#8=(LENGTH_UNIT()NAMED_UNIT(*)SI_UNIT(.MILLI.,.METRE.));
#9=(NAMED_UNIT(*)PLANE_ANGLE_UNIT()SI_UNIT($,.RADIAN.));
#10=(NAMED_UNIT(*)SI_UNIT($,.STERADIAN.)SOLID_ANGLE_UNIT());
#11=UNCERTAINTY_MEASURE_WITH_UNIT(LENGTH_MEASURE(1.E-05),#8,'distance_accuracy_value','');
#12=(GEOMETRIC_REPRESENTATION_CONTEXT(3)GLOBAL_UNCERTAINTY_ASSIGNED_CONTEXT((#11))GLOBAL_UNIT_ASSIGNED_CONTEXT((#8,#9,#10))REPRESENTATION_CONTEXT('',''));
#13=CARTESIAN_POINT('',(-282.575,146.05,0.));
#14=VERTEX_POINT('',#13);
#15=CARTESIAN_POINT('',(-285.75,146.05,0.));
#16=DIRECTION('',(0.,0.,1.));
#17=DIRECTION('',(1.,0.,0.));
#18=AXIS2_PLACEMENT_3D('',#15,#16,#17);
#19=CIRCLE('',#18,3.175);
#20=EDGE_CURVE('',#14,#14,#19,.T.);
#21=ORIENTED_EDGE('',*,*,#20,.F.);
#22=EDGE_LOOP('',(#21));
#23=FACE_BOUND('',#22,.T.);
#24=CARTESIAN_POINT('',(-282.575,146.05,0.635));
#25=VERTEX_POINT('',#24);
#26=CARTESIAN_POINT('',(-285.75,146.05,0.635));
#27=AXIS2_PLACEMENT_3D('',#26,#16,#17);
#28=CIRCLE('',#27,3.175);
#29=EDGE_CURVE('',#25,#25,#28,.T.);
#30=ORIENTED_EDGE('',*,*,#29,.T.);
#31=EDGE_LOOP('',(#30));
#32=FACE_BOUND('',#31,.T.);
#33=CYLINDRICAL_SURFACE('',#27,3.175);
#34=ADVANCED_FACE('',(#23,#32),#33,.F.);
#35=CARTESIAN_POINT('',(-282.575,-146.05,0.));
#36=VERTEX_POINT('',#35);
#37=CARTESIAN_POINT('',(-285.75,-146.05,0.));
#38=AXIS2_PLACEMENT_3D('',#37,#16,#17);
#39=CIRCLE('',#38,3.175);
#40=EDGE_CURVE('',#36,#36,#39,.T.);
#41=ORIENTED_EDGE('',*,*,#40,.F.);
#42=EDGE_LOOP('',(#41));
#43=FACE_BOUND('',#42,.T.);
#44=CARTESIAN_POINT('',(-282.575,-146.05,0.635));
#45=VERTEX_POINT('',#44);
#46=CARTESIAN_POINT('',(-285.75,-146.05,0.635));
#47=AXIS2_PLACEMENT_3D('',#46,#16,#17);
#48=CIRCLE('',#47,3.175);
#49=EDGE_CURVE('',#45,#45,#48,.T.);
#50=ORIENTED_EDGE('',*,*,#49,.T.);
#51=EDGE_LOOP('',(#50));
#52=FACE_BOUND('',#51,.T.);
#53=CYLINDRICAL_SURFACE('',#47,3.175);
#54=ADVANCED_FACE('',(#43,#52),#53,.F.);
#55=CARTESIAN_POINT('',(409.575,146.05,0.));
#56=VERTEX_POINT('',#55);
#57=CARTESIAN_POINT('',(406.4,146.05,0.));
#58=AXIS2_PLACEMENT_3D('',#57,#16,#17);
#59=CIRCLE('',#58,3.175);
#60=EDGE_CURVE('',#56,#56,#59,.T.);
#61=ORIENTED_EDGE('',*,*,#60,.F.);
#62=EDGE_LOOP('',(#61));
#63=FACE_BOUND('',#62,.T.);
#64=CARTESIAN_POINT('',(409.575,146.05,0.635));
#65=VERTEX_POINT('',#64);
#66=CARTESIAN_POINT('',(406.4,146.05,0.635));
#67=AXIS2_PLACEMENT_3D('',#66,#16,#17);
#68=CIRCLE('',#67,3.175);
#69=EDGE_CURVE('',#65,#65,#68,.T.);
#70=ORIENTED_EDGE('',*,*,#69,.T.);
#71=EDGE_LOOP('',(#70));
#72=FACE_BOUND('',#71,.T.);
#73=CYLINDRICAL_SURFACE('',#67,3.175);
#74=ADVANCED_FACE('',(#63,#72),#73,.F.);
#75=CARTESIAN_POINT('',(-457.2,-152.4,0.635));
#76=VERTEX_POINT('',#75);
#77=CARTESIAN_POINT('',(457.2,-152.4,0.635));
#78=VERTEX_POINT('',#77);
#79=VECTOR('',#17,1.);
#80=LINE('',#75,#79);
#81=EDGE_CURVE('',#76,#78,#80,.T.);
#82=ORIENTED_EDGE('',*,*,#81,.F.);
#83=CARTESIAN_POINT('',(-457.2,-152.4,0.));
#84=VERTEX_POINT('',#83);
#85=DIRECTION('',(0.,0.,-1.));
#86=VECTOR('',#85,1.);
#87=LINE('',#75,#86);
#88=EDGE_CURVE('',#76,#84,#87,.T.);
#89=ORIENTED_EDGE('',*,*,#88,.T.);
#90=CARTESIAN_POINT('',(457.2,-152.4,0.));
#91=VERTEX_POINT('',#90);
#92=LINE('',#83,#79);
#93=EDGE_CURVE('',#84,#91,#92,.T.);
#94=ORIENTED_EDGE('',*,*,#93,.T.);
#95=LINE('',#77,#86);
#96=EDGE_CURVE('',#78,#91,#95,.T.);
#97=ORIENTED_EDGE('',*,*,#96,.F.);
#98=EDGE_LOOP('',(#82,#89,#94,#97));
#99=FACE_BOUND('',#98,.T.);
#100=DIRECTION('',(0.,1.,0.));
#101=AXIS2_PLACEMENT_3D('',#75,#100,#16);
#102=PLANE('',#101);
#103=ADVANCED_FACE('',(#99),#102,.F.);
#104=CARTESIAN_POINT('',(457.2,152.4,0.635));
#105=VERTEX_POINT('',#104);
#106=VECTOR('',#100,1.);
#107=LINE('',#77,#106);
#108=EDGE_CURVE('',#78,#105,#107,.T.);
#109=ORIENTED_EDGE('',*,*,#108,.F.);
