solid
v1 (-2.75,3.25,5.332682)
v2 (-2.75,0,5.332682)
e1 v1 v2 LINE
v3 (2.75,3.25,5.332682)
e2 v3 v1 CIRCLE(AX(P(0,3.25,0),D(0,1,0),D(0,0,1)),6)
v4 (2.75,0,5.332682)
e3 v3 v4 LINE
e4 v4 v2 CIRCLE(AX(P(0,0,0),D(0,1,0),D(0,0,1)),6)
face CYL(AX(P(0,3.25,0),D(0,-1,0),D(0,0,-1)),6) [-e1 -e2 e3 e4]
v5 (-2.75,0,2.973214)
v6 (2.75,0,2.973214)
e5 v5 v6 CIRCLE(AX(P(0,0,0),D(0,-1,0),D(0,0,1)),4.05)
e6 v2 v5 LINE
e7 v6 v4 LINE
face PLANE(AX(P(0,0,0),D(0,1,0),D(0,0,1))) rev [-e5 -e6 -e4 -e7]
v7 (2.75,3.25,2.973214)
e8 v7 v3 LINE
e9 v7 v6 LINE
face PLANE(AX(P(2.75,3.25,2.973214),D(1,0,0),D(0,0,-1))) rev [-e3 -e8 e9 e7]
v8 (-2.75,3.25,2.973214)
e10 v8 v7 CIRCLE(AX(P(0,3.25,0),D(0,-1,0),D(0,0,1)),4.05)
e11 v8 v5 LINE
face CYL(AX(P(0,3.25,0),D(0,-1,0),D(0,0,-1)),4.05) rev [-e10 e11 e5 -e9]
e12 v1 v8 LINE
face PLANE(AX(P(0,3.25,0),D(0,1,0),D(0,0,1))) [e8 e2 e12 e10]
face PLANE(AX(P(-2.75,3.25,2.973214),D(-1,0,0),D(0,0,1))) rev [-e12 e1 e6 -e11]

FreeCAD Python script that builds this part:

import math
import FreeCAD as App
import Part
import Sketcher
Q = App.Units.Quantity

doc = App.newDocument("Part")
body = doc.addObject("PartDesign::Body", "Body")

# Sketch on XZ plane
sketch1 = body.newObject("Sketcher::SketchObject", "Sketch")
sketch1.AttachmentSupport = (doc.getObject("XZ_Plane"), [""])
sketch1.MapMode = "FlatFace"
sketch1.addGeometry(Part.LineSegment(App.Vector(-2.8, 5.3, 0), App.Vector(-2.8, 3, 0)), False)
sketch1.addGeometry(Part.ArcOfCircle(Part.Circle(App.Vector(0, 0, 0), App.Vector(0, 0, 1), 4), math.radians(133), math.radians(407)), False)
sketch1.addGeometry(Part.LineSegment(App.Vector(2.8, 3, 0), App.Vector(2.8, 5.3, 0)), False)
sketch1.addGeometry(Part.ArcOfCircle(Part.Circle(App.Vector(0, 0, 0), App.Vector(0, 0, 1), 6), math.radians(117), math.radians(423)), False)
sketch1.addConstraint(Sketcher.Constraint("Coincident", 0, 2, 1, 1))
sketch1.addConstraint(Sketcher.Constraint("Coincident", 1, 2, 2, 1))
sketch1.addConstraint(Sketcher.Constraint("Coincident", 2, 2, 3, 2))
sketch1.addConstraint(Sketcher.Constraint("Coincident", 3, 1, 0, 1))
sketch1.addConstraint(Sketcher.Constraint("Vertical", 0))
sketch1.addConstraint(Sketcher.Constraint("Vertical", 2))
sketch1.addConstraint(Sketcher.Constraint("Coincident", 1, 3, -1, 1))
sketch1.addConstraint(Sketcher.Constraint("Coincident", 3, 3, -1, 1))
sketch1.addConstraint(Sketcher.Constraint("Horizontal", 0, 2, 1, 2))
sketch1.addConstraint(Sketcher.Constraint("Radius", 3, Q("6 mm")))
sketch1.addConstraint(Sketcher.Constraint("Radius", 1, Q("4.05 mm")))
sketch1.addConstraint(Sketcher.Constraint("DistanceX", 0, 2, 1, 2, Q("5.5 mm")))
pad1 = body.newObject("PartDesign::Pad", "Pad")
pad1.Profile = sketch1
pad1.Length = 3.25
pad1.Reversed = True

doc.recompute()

===

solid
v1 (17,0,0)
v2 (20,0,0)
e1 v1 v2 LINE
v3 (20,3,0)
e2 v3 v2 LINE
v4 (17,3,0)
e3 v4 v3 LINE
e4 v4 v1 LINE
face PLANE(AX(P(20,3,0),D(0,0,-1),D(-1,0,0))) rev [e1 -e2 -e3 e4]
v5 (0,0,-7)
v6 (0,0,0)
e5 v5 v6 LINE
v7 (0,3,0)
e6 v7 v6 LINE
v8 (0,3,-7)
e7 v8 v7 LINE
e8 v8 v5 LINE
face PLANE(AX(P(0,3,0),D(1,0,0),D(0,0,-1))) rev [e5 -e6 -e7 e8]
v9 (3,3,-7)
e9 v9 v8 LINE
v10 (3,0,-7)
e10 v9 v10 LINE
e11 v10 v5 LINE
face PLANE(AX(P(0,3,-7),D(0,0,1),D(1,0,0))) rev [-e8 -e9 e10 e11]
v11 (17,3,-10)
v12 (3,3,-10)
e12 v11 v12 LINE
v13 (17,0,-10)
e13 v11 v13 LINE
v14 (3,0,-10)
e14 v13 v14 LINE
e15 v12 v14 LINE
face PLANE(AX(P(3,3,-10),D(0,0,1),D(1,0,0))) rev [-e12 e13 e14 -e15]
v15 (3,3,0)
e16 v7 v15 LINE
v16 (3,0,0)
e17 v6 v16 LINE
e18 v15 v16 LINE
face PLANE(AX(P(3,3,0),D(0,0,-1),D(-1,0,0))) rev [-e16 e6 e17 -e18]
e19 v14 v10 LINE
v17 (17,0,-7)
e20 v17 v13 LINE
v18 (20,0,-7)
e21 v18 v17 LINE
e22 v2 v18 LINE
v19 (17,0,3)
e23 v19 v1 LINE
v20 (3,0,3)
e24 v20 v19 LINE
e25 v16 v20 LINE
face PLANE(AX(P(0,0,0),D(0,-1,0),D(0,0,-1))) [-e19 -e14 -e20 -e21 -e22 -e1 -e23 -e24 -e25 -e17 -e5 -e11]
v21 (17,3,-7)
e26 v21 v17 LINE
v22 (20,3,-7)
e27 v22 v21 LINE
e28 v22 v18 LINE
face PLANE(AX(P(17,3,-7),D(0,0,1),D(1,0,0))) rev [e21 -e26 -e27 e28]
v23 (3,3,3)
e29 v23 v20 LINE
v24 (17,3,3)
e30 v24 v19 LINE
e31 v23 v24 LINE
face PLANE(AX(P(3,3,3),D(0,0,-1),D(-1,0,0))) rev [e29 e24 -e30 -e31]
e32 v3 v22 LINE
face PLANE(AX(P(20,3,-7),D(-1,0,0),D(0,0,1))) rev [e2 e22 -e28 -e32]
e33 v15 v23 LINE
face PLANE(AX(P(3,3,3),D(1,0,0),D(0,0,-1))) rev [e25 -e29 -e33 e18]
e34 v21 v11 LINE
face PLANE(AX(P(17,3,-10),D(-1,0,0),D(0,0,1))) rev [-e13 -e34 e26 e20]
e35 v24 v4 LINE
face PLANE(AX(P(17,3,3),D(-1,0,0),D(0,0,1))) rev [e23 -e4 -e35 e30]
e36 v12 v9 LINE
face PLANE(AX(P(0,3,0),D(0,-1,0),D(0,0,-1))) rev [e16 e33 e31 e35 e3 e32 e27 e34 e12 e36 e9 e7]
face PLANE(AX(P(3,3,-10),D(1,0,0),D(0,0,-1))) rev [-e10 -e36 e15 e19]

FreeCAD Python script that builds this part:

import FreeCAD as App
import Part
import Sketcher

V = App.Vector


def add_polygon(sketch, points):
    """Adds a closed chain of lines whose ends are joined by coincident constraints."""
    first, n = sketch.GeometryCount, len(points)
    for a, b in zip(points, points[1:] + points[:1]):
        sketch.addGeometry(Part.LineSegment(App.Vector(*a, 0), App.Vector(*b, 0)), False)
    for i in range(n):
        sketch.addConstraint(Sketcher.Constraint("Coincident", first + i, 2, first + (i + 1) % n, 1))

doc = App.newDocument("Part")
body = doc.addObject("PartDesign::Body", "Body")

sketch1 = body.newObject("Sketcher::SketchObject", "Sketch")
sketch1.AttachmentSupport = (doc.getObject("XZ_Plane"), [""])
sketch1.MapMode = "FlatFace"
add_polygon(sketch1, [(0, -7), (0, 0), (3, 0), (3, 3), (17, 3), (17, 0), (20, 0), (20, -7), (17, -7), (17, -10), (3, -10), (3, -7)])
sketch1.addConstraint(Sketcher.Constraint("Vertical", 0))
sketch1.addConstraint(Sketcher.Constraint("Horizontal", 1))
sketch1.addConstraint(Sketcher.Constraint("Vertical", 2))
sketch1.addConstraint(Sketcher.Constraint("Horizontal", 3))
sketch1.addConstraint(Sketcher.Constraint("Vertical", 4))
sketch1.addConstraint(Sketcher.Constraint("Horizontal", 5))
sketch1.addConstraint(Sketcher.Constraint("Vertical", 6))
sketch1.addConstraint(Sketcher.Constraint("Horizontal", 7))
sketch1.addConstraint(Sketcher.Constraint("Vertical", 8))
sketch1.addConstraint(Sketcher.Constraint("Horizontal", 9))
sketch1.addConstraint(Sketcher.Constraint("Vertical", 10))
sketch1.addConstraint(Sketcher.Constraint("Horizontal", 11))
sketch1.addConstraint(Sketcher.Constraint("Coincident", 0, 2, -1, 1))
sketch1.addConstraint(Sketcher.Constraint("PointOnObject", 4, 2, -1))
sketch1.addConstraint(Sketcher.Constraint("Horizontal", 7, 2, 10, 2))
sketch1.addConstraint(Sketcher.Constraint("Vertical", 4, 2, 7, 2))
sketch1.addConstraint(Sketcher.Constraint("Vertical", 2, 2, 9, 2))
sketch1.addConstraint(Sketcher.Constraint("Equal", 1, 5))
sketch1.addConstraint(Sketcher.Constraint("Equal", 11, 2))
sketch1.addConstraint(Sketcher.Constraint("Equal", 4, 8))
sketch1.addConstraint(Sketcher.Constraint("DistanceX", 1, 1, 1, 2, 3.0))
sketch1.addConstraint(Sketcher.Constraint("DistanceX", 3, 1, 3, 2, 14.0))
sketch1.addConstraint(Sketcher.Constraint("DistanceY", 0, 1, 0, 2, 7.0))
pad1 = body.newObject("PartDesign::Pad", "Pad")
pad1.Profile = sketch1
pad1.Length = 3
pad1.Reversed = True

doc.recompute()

===

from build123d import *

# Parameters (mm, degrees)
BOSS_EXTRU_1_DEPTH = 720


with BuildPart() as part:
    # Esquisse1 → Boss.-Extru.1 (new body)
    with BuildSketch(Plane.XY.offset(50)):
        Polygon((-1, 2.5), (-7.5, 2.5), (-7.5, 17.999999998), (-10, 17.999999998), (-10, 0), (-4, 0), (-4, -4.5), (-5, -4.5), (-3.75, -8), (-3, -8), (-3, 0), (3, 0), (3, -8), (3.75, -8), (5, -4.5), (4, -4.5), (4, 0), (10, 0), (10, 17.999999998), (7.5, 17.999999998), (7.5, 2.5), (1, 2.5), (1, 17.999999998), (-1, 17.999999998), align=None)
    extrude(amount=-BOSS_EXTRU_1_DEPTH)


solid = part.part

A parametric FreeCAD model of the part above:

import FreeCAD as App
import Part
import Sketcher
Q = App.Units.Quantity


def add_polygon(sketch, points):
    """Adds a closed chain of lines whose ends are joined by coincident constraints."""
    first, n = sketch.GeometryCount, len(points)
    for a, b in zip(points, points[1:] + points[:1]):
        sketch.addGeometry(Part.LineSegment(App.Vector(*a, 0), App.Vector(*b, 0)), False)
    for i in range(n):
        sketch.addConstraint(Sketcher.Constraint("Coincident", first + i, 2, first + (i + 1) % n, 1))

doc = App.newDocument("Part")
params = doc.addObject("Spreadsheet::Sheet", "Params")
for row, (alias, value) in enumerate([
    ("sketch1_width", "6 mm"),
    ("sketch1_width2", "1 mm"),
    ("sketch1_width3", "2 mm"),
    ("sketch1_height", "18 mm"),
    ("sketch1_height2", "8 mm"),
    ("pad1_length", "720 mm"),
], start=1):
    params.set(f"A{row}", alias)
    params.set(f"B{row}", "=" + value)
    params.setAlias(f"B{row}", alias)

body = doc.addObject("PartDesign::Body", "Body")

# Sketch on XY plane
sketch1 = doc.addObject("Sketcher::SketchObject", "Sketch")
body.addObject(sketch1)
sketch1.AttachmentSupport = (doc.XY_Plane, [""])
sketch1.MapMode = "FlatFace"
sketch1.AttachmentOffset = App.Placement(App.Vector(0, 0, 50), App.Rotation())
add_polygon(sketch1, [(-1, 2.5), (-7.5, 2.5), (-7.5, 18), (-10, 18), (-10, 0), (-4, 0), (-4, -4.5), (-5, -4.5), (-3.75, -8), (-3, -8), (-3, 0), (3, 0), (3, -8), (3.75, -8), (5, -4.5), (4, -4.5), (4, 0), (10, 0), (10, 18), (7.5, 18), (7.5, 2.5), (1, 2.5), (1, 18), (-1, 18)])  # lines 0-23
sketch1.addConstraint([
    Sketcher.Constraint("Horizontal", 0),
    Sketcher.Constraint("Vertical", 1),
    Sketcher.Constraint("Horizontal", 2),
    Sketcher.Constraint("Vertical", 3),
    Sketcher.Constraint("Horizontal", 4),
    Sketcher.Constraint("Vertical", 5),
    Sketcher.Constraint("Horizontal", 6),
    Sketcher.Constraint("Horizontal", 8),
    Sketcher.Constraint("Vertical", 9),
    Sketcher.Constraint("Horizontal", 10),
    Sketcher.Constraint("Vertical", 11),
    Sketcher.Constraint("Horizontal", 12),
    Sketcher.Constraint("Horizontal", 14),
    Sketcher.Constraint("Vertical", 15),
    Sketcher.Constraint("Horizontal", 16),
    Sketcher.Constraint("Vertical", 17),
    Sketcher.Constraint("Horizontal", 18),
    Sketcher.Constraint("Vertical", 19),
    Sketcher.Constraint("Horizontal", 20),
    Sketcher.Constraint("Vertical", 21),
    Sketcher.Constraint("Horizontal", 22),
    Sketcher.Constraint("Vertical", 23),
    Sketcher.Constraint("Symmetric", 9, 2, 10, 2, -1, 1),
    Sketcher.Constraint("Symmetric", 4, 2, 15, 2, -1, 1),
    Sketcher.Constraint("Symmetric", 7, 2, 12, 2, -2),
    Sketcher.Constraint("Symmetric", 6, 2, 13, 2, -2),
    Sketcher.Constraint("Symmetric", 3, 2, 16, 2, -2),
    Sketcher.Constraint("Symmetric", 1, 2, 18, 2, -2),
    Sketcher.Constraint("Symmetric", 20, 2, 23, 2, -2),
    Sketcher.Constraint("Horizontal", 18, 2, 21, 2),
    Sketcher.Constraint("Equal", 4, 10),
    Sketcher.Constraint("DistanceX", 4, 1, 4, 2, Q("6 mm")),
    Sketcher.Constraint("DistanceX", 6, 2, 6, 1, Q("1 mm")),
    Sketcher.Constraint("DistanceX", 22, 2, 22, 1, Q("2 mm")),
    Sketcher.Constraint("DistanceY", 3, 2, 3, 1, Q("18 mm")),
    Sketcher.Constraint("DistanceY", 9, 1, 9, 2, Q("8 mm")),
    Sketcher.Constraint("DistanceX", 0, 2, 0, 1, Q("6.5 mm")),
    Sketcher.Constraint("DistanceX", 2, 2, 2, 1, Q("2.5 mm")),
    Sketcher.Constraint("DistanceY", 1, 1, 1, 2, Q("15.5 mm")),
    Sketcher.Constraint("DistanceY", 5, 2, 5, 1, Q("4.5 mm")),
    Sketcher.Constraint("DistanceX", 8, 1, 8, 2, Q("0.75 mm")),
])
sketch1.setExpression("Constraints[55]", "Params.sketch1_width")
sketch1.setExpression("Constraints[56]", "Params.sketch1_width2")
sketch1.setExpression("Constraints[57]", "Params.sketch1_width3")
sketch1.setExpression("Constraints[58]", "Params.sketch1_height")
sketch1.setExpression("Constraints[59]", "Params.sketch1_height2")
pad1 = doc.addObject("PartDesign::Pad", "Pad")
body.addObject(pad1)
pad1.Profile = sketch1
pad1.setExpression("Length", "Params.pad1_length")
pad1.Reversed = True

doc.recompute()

===

* **Aim of the task**: Above are the lines; repeat exactly the ones from the line containing "e9 v7 v6 LINE" down to the line containing "e12 v1 v8 LINE", both inclusive.

* **Expected output**:
e9 v7 v6 LINE
face PLANE(AX(P(2.75,3.25,2.973214),D(1,0,0),D(0,0,-1))) rev [-e3 -e8 e9 e7]
v8 (-2.75,3.25,2.973214)
e10 v8 v7 CIRCLE(AX(P(0,3.25,0),D(0,-1,0),D(0,0,1)),4.05)
e11 v8 v5 LINE
face CYL(AX(P(0,3.25,0),D(0,-1,0),D(0,0,-1)),4.05) rev [-e10 e11 e5 -e9]
e12 v1 v8 LINE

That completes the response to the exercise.